But I bet New York’s win felt as good to you as it did me! It was, if not a return to the old world, at least a glimmer of what was, and maybe what will be someday. And while the nine-month layoff of the league’s fourth- and sixth-youngest teams meant the product on the floor was less Louvre and more MoMA, seeing the boys in blue and orange on the court again was a win, period.

It was impossible to fully lean into the illusion of normalcy. I freaked around tip-off because I couldn’t find the game anywhere. Months ago we dropped cable ‘cuz pandemic, but I got YouTube TV for the playoffs. Last night was the first time I tried to watch MSG, but I couldn’t — maybe ‘cuz the game was on NBATV? Or ‘cuz capitalism’s the worst. I thought I was out of luck until an anonymous angel turned me on to a not-entirely-legal stream whose feed, my fiancee noted, was far cleaner and crisper than anything we’ve seen on MSG.

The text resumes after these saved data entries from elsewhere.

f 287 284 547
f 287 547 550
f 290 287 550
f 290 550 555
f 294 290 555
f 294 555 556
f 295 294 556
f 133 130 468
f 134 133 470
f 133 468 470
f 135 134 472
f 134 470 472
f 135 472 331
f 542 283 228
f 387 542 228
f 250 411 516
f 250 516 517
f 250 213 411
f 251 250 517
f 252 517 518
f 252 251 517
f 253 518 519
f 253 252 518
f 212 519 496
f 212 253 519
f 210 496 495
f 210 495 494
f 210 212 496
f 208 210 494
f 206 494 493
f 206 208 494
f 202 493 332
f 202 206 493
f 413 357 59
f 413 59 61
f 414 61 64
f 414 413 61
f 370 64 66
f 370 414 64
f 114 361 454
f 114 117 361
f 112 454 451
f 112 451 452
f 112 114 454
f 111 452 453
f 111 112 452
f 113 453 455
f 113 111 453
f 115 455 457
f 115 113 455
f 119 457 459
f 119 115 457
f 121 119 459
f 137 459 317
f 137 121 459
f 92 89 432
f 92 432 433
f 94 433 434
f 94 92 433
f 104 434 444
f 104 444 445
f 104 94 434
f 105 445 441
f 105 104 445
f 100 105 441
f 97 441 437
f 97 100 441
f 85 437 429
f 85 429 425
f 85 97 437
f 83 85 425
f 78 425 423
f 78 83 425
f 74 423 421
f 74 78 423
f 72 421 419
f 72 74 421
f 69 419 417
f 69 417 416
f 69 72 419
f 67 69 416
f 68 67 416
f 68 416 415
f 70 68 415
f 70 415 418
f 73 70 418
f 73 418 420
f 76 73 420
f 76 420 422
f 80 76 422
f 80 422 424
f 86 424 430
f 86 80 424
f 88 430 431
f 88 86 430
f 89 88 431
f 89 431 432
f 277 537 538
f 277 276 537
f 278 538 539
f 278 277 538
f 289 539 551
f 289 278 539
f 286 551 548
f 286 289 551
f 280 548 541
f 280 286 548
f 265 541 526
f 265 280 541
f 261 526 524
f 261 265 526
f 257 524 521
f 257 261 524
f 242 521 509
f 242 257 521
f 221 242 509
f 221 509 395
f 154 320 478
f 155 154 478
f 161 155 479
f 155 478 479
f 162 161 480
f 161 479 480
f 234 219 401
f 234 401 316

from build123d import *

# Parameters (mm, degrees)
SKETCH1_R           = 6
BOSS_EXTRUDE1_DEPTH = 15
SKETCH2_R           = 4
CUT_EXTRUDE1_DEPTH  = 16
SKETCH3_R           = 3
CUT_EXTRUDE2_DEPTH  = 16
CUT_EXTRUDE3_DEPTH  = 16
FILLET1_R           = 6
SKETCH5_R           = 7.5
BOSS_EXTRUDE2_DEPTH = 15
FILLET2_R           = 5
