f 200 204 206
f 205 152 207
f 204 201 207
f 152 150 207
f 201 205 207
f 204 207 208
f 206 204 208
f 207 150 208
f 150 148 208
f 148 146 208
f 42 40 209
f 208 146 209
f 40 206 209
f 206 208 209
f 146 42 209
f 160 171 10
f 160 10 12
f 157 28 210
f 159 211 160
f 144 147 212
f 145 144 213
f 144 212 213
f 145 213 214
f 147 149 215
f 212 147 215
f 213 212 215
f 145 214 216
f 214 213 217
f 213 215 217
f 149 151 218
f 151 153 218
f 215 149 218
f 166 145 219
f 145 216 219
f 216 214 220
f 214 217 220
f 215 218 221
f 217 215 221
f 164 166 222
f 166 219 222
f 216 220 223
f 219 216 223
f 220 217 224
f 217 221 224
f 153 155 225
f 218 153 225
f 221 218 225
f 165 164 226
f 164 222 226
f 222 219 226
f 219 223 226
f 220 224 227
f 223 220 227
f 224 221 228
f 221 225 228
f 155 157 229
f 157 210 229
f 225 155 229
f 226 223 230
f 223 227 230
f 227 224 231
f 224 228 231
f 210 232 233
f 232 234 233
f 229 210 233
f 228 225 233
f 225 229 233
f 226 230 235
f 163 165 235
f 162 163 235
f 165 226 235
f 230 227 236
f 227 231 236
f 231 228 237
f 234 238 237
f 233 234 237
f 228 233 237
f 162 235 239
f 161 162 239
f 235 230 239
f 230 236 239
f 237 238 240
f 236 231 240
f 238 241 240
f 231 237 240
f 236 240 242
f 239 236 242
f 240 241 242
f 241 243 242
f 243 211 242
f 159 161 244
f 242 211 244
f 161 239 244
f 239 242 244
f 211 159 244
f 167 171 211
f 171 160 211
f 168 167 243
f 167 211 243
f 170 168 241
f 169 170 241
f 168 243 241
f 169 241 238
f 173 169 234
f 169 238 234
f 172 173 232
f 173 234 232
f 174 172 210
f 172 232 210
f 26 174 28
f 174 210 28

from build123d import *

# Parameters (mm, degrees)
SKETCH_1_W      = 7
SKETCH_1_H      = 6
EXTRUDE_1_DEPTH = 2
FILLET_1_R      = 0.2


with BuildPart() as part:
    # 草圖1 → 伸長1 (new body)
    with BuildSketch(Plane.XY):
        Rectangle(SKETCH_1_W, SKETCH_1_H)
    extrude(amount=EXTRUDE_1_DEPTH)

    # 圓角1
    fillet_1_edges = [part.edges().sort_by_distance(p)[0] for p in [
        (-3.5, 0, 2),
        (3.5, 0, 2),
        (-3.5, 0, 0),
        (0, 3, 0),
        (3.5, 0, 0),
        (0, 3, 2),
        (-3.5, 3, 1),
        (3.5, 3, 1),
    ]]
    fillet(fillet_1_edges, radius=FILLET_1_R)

“Uh oh,” my 8-year-old said when she saw the Knicks were losing 5-3, either because she hasn’t seen enough basketball to know it was too early to worry or because she’s seen too many Knicks games to have faith. Then Julius Randle hit a driving lay-in, followed by a dunk, and the Knicks were back in the swing of things. Frank Ntilikina hit his first shot, a 3-pointer. Obi Toppin missed his, a straight-on three that bricked so badly it had to be nerves, then scored a few times down low and looked settled; his first quarter featured six points, three rebounds and gams from here to heaven. My daughter announced Toppin “may be [her] new baby.” As she was previously in love with Allonzo Trier and once called Cole Aldrich “handsome,” I approve of this evolution.

After a dreadful display of shooting by the starters (Elfrid Payton, Alec Burks, RJ Barrett, Randle and Nerlens Noel), the Knicks finally got rolling in the second quarter. This Obi/Kevin Knox sequence was worthy of an asterisk.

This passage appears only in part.